BEGIN

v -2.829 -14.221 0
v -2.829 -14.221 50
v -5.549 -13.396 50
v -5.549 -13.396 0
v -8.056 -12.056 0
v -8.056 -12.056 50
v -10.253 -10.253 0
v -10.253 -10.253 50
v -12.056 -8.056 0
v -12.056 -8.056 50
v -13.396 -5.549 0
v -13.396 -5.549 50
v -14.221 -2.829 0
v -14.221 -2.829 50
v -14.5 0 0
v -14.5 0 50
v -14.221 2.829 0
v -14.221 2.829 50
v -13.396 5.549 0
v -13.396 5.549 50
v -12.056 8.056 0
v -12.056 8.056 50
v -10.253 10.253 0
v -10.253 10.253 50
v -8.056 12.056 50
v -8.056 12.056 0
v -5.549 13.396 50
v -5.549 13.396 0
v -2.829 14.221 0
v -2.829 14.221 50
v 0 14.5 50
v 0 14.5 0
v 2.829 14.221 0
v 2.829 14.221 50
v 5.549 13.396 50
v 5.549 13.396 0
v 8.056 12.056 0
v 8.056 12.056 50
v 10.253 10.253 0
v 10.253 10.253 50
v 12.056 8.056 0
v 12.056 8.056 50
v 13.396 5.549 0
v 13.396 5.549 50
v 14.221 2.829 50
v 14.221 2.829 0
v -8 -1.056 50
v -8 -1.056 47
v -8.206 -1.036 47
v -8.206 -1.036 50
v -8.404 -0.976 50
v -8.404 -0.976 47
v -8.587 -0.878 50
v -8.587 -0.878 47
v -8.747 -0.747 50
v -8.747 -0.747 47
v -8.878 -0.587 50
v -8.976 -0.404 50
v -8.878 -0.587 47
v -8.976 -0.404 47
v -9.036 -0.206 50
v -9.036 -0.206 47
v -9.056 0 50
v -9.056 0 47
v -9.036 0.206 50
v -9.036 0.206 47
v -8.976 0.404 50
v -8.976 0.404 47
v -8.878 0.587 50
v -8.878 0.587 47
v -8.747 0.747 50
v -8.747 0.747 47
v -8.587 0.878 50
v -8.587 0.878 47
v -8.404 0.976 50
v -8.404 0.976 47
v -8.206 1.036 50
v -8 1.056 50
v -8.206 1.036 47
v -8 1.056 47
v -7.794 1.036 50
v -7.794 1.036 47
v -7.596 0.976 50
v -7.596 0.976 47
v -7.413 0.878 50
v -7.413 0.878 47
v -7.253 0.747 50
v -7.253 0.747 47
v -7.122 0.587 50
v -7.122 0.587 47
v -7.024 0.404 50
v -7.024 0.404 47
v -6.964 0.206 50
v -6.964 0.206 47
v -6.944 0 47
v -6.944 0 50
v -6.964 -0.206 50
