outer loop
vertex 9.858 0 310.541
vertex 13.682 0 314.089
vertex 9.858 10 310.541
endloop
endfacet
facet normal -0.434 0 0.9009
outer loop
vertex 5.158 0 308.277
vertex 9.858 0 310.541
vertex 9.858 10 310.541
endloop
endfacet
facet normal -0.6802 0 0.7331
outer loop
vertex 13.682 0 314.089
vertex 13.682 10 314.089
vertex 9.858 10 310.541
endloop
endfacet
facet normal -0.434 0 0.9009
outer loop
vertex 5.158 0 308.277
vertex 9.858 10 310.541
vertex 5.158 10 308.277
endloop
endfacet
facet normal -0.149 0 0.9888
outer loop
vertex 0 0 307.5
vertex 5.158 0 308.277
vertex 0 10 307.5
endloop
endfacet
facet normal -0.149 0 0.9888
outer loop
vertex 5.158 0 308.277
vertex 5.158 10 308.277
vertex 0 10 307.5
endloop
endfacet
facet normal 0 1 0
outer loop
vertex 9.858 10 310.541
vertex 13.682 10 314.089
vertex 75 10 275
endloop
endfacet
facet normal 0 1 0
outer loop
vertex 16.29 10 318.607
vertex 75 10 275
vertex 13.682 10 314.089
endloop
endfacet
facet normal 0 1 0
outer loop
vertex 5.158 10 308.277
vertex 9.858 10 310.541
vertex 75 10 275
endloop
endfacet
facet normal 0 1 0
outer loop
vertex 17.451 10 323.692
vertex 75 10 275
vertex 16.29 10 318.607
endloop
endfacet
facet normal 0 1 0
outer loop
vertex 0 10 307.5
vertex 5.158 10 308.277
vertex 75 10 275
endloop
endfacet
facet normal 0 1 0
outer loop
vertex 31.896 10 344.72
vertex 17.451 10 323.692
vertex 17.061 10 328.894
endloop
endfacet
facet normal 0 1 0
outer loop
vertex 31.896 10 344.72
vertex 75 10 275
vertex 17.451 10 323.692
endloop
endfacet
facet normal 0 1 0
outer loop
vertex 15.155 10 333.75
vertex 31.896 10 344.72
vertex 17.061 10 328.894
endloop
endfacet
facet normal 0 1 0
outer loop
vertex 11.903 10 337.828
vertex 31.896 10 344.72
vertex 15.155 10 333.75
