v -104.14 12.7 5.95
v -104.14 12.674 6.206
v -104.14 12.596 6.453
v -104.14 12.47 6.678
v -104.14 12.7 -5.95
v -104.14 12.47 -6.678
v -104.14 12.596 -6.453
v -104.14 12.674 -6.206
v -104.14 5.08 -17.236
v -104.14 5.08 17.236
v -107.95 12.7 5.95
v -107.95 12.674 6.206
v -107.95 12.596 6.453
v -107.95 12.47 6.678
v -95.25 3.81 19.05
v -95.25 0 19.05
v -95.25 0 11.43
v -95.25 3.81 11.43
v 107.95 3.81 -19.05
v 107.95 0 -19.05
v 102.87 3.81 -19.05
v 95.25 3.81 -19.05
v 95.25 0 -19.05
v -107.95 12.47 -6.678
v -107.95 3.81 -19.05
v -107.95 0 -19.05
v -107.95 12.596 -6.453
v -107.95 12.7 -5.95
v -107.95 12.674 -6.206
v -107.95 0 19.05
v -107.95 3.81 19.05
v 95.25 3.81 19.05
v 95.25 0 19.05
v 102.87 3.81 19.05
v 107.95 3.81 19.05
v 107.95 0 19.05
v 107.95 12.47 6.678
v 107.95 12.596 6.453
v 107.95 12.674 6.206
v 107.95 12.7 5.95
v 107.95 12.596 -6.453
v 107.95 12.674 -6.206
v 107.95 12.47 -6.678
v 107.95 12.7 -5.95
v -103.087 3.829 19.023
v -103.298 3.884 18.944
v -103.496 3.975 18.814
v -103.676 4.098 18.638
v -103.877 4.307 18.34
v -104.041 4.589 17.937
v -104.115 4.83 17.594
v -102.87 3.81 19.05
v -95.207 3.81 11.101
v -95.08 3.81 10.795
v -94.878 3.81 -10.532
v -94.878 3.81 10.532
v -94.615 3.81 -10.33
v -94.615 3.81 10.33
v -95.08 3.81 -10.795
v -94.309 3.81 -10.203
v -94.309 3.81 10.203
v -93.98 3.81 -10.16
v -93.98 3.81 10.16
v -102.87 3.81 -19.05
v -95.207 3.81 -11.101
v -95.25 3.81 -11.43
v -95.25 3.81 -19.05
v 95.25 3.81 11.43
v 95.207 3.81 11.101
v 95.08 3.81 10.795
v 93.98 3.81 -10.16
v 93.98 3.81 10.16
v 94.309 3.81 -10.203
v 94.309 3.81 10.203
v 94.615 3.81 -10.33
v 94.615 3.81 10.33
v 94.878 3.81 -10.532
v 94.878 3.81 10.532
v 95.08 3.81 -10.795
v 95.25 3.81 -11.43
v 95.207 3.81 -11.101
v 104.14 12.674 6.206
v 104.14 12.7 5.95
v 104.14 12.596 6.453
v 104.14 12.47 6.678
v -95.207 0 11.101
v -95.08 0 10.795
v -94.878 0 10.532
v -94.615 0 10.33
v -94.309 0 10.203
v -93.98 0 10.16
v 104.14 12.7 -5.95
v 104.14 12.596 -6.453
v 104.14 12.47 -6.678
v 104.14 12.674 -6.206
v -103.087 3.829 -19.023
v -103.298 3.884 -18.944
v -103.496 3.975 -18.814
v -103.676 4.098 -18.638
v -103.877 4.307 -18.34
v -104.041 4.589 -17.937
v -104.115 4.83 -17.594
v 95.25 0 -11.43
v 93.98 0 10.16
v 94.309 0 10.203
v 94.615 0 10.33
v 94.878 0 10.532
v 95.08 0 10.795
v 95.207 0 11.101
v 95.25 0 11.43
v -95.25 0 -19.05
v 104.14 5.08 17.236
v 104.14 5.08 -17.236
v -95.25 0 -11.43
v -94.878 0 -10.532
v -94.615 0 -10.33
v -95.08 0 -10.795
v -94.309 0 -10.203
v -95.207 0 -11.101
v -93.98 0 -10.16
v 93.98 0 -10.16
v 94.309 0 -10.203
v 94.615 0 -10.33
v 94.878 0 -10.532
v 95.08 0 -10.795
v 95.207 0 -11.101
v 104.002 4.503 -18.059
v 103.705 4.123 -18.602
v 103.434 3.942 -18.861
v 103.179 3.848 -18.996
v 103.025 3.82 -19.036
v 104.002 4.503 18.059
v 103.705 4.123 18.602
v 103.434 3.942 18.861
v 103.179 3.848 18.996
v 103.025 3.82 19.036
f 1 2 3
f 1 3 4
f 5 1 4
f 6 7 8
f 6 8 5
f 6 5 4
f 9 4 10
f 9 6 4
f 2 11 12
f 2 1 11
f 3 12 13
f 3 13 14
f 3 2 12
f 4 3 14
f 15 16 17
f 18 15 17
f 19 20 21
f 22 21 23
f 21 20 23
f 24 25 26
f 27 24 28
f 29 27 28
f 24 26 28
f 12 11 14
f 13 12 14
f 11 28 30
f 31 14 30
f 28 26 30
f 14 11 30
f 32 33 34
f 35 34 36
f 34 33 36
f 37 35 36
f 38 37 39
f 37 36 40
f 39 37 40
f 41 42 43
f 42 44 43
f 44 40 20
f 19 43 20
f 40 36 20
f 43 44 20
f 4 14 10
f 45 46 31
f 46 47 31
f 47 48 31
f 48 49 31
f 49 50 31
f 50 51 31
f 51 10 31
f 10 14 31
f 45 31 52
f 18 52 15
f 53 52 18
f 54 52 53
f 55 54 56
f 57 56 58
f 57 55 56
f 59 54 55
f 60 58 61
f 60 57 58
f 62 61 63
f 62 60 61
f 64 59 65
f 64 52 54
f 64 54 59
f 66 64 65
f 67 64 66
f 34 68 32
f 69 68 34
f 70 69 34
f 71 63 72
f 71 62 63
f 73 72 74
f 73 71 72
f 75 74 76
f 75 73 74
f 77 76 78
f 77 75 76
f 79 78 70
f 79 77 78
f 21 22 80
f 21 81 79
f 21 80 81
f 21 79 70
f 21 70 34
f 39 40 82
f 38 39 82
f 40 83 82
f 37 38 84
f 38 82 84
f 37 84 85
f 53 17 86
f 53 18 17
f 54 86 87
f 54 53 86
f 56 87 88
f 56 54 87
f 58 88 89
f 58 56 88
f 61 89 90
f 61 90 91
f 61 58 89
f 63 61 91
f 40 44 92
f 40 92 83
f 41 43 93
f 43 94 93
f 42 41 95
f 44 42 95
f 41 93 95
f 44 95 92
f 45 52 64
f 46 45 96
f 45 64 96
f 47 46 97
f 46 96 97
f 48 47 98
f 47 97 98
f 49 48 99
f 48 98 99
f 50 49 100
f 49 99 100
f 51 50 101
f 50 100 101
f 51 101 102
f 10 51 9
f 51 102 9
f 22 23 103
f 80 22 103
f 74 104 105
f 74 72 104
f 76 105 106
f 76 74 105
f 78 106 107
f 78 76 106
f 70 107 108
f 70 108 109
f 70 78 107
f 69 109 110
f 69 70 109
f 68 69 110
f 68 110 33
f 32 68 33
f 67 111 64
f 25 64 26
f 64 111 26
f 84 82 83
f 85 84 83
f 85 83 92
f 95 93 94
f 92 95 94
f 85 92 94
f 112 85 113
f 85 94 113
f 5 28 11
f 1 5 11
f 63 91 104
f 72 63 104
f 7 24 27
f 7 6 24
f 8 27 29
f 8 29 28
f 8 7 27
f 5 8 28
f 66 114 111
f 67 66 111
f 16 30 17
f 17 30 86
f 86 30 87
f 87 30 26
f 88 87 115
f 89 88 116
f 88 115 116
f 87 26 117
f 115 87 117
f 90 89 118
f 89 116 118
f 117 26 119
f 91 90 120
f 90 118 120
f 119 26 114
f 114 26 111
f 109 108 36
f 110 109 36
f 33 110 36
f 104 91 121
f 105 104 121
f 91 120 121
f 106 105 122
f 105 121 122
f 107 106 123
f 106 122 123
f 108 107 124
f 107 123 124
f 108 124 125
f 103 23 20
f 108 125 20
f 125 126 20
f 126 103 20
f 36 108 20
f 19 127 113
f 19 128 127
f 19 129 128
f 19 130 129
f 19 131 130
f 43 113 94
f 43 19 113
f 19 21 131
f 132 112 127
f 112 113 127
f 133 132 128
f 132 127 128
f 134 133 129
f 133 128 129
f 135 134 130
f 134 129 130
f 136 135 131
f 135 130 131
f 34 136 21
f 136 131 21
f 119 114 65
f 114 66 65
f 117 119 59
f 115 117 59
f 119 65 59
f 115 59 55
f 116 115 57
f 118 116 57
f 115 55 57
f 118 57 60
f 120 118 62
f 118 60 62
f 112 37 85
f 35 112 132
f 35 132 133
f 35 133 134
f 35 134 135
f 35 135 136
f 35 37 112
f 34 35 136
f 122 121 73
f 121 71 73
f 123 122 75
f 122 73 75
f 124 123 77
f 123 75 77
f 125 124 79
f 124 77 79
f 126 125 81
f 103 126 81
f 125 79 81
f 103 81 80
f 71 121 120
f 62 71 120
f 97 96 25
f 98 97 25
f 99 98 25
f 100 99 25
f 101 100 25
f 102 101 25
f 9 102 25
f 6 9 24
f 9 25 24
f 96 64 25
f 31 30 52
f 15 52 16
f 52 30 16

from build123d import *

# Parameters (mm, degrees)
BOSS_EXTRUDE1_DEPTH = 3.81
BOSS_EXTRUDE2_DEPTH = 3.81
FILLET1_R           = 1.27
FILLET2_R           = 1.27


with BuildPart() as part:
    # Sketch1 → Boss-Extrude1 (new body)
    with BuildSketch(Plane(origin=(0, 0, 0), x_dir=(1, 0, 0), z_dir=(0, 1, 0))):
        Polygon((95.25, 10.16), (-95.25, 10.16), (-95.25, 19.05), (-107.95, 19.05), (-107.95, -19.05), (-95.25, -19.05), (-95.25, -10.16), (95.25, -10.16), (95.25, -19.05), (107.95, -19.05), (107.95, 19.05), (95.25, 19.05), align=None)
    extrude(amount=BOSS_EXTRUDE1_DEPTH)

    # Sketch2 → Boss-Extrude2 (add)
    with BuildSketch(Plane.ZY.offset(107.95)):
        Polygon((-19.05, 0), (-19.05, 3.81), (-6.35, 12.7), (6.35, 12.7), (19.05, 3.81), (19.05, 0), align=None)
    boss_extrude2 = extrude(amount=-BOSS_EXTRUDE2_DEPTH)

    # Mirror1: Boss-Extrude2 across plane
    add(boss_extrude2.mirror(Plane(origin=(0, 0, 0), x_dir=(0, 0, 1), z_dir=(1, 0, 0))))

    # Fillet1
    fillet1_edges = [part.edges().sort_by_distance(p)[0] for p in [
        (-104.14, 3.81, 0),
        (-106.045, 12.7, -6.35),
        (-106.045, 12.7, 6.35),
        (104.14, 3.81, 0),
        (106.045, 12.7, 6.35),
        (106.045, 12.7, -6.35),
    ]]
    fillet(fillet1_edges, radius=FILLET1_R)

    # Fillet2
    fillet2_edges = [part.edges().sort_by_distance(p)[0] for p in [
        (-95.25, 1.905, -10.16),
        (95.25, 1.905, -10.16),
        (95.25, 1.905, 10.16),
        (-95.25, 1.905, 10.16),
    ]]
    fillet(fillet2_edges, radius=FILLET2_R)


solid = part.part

END

▸ **ACTION ITEM**:
Using only the entries above, output the line with "f 76 74 105", the line with "f 67 66 111", and all lines between them, exactly as they stand.

▸ **RESPONSE BELOW**:
f 76 74 105
f 78 106 107
f 78 76 106
f 70 107 108
f 70 108 109
f 70 78 107
f 69 109 110
f 69 70 109
f 68 69 110
f 68 110 33
f 32 68 33
f 67 111 64
f 25 64 26
f 64 111 26
f 84 82 83
f 85 84 83
f 85 83 92
f 95 93 94
f 92 95 94
f 85 92 94
f 112 85 113
f 85 94 113
f 5 28 11
f 1 5 11
f 63 91 104
f 72 63 104
f 7 24 27
f 7 6 24
f 8 27 29
f 8 29 28
f 8 7 27
f 5 8 28
f 66 114 111
f 67 66 111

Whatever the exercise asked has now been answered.